**TASK INSTRUCTIONS**.
After finding the line containing "f 339 262 260" below, please output that line and each following one through the line containing "f 370 369 404", exactly as written.

**STUDY MATERIAL**.

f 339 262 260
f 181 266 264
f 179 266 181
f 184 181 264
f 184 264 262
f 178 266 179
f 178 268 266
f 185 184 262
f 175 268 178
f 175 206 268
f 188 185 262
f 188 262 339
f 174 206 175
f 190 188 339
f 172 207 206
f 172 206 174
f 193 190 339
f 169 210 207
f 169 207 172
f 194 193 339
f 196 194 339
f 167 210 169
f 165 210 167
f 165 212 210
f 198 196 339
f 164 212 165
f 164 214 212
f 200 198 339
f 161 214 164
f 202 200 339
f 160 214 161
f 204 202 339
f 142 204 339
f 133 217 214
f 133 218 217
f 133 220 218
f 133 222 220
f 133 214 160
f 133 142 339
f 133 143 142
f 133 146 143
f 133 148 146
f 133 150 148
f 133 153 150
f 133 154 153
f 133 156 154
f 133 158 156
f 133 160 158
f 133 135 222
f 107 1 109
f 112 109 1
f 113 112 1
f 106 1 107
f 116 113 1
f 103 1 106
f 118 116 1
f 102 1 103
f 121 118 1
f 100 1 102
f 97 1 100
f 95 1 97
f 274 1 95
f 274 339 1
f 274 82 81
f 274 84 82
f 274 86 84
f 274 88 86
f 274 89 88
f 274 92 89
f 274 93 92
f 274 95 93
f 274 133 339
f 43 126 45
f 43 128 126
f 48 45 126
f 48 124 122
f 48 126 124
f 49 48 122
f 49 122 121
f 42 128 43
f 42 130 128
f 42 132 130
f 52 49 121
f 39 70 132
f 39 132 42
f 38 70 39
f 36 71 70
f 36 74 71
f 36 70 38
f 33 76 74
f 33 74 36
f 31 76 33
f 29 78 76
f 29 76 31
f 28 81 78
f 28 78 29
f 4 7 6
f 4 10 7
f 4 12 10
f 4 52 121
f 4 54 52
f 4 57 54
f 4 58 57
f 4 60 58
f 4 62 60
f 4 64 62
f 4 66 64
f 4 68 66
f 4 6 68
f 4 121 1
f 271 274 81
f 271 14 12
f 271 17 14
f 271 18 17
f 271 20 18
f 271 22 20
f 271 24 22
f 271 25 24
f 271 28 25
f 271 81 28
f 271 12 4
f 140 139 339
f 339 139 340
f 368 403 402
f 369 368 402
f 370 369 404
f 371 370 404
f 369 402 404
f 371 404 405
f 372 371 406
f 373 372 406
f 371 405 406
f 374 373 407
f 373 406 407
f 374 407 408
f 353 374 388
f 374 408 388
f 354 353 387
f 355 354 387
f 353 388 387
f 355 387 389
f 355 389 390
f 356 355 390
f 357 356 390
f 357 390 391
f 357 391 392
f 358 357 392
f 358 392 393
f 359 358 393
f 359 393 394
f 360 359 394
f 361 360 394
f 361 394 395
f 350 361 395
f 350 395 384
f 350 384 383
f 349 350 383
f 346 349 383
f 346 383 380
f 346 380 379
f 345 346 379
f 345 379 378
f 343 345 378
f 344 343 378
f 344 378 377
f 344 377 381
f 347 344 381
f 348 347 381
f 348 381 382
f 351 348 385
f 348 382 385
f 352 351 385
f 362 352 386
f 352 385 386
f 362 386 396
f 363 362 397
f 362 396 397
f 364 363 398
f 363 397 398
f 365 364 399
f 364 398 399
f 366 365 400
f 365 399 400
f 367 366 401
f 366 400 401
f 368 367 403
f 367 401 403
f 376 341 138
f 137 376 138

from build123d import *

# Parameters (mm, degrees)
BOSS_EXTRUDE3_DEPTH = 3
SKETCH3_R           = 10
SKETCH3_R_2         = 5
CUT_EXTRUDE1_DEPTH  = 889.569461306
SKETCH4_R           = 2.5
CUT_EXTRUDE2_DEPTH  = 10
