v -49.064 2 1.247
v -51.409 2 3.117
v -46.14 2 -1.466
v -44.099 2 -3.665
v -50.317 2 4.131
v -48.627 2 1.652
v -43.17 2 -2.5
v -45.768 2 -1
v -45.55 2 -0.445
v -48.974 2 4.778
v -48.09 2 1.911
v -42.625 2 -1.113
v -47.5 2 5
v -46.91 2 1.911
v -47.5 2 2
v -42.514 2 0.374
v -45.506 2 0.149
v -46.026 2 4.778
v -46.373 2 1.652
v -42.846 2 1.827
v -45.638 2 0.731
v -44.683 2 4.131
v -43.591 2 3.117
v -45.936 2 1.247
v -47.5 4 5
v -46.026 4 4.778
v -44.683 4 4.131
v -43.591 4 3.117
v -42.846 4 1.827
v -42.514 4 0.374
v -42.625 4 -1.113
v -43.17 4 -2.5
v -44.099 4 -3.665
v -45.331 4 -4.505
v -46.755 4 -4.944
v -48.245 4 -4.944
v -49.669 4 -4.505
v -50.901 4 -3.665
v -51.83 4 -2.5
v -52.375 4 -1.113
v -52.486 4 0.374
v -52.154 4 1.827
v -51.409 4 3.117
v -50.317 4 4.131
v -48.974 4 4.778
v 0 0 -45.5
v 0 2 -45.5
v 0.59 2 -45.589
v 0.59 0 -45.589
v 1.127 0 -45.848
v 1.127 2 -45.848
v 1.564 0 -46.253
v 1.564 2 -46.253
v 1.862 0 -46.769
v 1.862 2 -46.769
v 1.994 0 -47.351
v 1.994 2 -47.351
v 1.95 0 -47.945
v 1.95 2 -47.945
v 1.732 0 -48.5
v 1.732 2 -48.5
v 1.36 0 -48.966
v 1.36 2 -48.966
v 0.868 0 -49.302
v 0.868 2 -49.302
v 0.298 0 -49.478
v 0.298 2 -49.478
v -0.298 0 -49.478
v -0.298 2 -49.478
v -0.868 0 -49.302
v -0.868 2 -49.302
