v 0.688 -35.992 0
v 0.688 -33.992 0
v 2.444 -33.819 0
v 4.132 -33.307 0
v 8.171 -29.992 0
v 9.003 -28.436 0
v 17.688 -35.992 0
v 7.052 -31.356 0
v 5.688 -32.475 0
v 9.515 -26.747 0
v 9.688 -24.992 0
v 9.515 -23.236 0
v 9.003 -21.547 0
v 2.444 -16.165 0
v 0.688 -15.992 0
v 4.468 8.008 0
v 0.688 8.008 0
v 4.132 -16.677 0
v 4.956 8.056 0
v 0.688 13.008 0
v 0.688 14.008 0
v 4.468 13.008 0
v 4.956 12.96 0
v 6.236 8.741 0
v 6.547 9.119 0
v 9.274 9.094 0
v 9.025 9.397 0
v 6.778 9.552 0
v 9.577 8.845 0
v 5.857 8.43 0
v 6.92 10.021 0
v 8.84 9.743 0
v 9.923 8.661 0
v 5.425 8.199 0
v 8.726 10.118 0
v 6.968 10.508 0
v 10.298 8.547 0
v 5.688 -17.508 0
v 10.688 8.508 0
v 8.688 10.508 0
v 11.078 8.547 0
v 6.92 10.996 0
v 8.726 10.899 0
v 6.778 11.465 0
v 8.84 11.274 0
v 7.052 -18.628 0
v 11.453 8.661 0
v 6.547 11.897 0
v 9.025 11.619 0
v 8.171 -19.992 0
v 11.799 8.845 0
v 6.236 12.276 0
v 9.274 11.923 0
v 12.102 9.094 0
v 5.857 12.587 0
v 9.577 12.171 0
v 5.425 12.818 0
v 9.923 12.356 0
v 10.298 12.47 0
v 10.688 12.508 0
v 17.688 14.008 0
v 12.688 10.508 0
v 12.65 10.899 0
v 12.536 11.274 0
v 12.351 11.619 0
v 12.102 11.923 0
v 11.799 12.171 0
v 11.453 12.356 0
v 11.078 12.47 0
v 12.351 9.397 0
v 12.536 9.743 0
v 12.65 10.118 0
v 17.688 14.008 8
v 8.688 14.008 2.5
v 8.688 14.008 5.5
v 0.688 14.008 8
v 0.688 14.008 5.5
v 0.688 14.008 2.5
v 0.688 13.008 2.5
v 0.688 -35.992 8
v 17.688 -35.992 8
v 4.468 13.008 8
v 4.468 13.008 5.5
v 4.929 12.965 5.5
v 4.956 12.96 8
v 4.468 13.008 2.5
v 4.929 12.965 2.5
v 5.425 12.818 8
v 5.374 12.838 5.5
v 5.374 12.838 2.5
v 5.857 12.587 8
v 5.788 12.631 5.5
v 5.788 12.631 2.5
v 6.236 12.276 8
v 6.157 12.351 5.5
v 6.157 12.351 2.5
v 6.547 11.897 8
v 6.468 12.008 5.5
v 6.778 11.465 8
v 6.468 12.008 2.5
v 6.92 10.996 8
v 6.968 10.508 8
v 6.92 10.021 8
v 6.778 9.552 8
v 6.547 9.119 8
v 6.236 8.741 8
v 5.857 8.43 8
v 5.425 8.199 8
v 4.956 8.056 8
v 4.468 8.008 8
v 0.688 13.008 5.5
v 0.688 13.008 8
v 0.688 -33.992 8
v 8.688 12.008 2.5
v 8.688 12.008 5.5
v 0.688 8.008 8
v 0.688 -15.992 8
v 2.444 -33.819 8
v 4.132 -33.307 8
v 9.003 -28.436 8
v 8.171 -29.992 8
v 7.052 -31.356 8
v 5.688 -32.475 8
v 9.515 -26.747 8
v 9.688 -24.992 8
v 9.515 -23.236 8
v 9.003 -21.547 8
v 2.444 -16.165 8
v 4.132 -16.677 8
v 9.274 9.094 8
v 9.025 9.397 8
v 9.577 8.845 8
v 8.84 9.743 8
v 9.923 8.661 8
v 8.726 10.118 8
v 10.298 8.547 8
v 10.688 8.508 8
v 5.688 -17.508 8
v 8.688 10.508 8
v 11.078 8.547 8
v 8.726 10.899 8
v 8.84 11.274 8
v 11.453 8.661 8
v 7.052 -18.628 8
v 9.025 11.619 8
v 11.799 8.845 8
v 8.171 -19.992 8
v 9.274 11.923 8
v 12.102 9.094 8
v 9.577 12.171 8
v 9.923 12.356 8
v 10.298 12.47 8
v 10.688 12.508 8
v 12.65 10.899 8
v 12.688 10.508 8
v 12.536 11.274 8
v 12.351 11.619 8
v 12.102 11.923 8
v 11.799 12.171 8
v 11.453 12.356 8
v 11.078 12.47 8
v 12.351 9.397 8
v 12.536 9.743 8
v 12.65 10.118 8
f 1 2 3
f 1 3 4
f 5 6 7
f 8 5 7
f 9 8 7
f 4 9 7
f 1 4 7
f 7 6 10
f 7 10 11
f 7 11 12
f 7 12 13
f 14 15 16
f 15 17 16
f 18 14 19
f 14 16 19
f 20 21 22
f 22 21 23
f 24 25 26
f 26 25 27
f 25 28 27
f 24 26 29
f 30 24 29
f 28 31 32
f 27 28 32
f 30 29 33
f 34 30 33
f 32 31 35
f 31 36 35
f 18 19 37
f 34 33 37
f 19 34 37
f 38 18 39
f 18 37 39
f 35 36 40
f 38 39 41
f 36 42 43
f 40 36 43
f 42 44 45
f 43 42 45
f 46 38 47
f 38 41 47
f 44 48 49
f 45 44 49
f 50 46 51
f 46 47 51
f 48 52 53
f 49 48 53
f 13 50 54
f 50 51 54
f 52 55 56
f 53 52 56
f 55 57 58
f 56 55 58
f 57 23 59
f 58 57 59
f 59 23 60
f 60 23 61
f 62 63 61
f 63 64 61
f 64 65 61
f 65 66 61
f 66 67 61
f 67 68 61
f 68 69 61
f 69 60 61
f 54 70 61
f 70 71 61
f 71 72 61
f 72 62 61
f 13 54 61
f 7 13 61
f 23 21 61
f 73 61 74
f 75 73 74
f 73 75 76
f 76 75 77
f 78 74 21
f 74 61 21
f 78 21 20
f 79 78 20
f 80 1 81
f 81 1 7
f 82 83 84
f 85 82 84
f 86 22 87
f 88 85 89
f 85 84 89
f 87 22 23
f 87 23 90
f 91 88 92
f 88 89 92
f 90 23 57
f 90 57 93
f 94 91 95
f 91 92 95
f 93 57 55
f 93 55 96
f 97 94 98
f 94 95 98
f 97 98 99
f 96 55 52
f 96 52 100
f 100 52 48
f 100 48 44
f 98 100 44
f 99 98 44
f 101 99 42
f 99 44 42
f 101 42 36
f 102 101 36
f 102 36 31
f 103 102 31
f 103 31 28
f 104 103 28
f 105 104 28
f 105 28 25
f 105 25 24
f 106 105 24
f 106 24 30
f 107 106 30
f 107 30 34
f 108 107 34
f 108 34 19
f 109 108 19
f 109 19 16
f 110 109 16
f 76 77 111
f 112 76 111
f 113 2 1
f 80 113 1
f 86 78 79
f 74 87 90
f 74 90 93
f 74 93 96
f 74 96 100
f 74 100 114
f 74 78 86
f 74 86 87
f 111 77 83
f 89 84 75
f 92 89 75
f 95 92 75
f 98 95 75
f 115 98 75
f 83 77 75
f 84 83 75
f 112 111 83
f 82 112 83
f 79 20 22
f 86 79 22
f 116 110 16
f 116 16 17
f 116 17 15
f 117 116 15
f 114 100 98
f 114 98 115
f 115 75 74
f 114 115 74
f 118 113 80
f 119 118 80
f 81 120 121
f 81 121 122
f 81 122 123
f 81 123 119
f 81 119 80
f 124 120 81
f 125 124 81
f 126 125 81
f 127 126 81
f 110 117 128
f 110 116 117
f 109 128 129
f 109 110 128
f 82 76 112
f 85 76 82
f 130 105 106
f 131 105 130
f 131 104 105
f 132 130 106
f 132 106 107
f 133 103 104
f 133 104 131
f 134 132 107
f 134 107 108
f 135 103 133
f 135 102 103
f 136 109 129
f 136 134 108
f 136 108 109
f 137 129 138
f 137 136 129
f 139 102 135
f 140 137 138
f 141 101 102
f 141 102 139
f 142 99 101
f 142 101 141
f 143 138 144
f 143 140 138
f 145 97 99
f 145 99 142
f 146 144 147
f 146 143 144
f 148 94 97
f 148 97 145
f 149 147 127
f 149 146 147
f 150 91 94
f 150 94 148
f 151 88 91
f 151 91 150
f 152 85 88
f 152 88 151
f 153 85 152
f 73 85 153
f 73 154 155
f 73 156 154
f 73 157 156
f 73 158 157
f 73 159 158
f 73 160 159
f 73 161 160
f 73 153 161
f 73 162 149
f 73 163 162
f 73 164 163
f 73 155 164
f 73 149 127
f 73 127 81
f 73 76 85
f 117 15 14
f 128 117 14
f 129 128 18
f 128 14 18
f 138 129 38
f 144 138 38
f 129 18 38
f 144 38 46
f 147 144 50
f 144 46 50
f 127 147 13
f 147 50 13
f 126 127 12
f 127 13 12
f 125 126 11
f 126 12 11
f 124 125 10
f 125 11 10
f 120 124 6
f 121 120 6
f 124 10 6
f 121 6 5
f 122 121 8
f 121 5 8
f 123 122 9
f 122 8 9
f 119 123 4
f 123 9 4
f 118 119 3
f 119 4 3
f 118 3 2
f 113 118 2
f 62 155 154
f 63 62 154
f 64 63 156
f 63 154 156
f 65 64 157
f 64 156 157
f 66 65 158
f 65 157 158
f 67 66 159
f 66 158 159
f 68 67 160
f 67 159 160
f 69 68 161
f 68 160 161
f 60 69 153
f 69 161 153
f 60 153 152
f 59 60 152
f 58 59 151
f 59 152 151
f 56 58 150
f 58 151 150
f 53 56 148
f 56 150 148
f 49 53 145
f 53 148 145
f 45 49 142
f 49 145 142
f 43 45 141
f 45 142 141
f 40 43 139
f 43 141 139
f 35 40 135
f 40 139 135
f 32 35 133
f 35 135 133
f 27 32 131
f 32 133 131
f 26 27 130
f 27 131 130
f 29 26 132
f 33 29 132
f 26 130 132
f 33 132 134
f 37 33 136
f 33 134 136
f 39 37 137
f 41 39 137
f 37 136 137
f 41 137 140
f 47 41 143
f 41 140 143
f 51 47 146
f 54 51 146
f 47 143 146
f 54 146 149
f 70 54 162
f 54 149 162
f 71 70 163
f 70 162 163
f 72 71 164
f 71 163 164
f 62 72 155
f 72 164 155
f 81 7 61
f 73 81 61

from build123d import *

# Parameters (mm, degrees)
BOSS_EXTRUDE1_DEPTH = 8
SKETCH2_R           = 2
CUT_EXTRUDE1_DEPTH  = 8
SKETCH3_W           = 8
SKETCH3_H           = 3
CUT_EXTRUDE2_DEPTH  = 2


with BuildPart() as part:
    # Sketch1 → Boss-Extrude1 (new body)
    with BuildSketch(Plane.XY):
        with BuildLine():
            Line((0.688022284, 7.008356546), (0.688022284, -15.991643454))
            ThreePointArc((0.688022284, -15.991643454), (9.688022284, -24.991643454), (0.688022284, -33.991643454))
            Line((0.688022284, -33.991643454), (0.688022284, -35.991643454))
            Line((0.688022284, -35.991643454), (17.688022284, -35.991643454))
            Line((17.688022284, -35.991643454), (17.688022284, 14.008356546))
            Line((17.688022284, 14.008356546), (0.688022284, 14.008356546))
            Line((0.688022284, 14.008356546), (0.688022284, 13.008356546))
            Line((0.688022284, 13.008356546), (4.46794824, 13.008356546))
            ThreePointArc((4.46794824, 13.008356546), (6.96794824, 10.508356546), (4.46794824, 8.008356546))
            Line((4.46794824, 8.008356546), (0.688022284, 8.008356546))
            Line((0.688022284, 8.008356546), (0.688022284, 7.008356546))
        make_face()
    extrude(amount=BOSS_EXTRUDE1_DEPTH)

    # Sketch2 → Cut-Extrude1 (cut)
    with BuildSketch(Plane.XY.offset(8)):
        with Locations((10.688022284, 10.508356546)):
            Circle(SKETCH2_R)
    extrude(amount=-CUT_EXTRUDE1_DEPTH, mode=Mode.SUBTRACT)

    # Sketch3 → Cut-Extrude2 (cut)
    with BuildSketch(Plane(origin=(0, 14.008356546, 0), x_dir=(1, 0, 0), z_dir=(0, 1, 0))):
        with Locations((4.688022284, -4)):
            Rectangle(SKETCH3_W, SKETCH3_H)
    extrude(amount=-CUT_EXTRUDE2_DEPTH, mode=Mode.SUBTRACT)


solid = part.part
==
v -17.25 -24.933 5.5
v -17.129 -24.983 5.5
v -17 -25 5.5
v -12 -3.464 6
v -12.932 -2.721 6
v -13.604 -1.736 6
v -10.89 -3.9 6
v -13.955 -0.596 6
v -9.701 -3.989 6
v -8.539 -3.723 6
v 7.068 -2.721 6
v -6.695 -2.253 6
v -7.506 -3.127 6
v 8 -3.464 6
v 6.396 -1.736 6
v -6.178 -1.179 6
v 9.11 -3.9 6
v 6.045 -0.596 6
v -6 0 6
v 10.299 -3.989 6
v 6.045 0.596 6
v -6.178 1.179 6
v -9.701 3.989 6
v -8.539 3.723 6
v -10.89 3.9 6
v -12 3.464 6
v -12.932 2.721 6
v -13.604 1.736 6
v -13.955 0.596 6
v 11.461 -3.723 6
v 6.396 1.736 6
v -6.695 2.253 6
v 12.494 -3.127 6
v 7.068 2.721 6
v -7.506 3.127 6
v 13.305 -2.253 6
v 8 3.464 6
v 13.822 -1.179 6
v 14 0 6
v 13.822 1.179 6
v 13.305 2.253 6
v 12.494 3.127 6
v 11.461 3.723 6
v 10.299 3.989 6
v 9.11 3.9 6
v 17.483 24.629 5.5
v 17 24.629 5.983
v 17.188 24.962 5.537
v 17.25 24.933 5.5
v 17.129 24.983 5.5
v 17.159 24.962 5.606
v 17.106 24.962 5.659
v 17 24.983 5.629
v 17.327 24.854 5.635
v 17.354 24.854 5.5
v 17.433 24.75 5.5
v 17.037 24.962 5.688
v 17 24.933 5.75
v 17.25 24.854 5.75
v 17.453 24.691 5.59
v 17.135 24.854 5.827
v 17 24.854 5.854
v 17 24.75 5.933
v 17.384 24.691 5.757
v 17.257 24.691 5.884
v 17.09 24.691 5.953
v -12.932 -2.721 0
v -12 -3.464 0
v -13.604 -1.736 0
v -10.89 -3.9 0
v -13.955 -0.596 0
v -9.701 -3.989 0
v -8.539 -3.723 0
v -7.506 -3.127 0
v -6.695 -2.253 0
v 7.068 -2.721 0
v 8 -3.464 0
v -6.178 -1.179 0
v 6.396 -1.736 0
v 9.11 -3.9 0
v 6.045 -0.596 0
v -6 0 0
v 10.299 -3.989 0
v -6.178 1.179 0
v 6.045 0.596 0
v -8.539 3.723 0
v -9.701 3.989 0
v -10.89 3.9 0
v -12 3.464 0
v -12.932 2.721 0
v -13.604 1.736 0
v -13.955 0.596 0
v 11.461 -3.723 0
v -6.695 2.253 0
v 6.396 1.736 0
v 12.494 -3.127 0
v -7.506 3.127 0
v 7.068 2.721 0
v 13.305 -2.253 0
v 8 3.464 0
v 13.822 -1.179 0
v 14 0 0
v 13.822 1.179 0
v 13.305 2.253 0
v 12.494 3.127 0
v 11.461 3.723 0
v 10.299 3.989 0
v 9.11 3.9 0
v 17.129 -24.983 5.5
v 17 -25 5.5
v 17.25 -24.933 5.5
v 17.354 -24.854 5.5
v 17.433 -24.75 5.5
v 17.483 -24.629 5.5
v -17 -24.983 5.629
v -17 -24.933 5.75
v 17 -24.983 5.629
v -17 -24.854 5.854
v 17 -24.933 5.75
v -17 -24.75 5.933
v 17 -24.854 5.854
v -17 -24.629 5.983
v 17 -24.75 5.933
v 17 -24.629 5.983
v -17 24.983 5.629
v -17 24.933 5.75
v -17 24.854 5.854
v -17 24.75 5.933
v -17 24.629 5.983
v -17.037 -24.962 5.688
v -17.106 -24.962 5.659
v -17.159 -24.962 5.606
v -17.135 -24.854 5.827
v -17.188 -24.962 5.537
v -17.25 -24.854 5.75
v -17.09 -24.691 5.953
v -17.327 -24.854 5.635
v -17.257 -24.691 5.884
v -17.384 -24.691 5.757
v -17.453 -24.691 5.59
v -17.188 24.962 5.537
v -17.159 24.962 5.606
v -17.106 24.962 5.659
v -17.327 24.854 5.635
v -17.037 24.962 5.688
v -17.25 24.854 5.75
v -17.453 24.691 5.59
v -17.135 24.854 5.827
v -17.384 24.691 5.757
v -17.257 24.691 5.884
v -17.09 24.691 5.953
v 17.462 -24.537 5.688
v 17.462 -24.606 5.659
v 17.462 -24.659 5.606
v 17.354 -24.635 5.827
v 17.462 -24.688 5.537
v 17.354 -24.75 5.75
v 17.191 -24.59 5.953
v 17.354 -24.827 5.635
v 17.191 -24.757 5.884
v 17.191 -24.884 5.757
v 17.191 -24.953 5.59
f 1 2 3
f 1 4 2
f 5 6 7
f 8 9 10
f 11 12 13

**SOLUTION TO THIS PROBLEM**.
f 339 262 260
f 181 266 264
f 179 266 181
f 184 181 264
f 184 264 262
f 178 266 179
f 178 268 266
f 185 184 262
f 175 268 178
f 175 206 268
f 188 185 262
f 188 262 339
f 174 206 175
f 190 188 339
f 172 207 206
f 172 206 174
f 193 190 339
f 169 210 207
f 169 207 172
f 194 193 339
f 196 194 339
f 167 210 169
f 165 210 167
f 165 212 210
f 198 196 339
f 164 212 165
f 164 214 212
f 200 198 339
f 161 214 164
f 202 200 339
f 160 214 161
f 204 202 339
f 142 204 339
f 133 217 214
f 133 218 217
f 133 220 218
f 133 222 220
f 133 214 160
f 133 142 339
f 133 143 142
f 133 146 143
f 133 148 146
f 133 150 148
f 133 153 150
f 133 154 153
f 133 156 154
f 133 158 156
f 133 160 158
f 133 135 222
f 107 1 109
f 112 109 1
f 113 112 1
f 106 1 107
f 116 113 1
f 103 1 106
f 118 116 1
f 102 1 103
f 121 118 1
f 100 1 102
f 97 1 100
f 95 1 97
f 274 1 95
f 274 339 1
f 274 82 81
f 274 84 82
f 274 86 84
f 274 88 86
f 274 89 88
f 274 92 89
f 274 93 92
f 274 95 93
f 274 133 339
f 43 126 45
f 43 128 126
f 48 45 126
f 48 124 122
f 48 126 124
f 49 48 122
f 49 122 121
f 42 128 43
f 42 130 128
f 42 132 130
f 52 49 121
f 39 70 132
f 39 132 42
f 38 70 39
f 36 71 70
f 36 74 71
f 36 70 38
f 33 76 74
f 33 74 36
f 31 76 33
f 29 78 76
f 29 76 31
f 28 81 78
f 28 78 29
f 4 7 6
f 4 10 7
f 4 12 10
f 4 52 121
f 4 54 52
f 4 57 54
f 4 58 57
f 4 60 58
f 4 62 60
f 4 64 62
f 4 66 64
f 4 68 66
f 4 6 68
f 4 121 1
f 271 274 81
f 271 14 12
f 271 17 14
f 271 18 17
f 271 20 18
f 271 22 20
f 271 24 22
f 271 25 24
f 271 28 25
f 271 81 28
f 271 12 4
f 140 139 339
f 339 139 340
f 368 403 402
f 369 368 402
f 370 369 404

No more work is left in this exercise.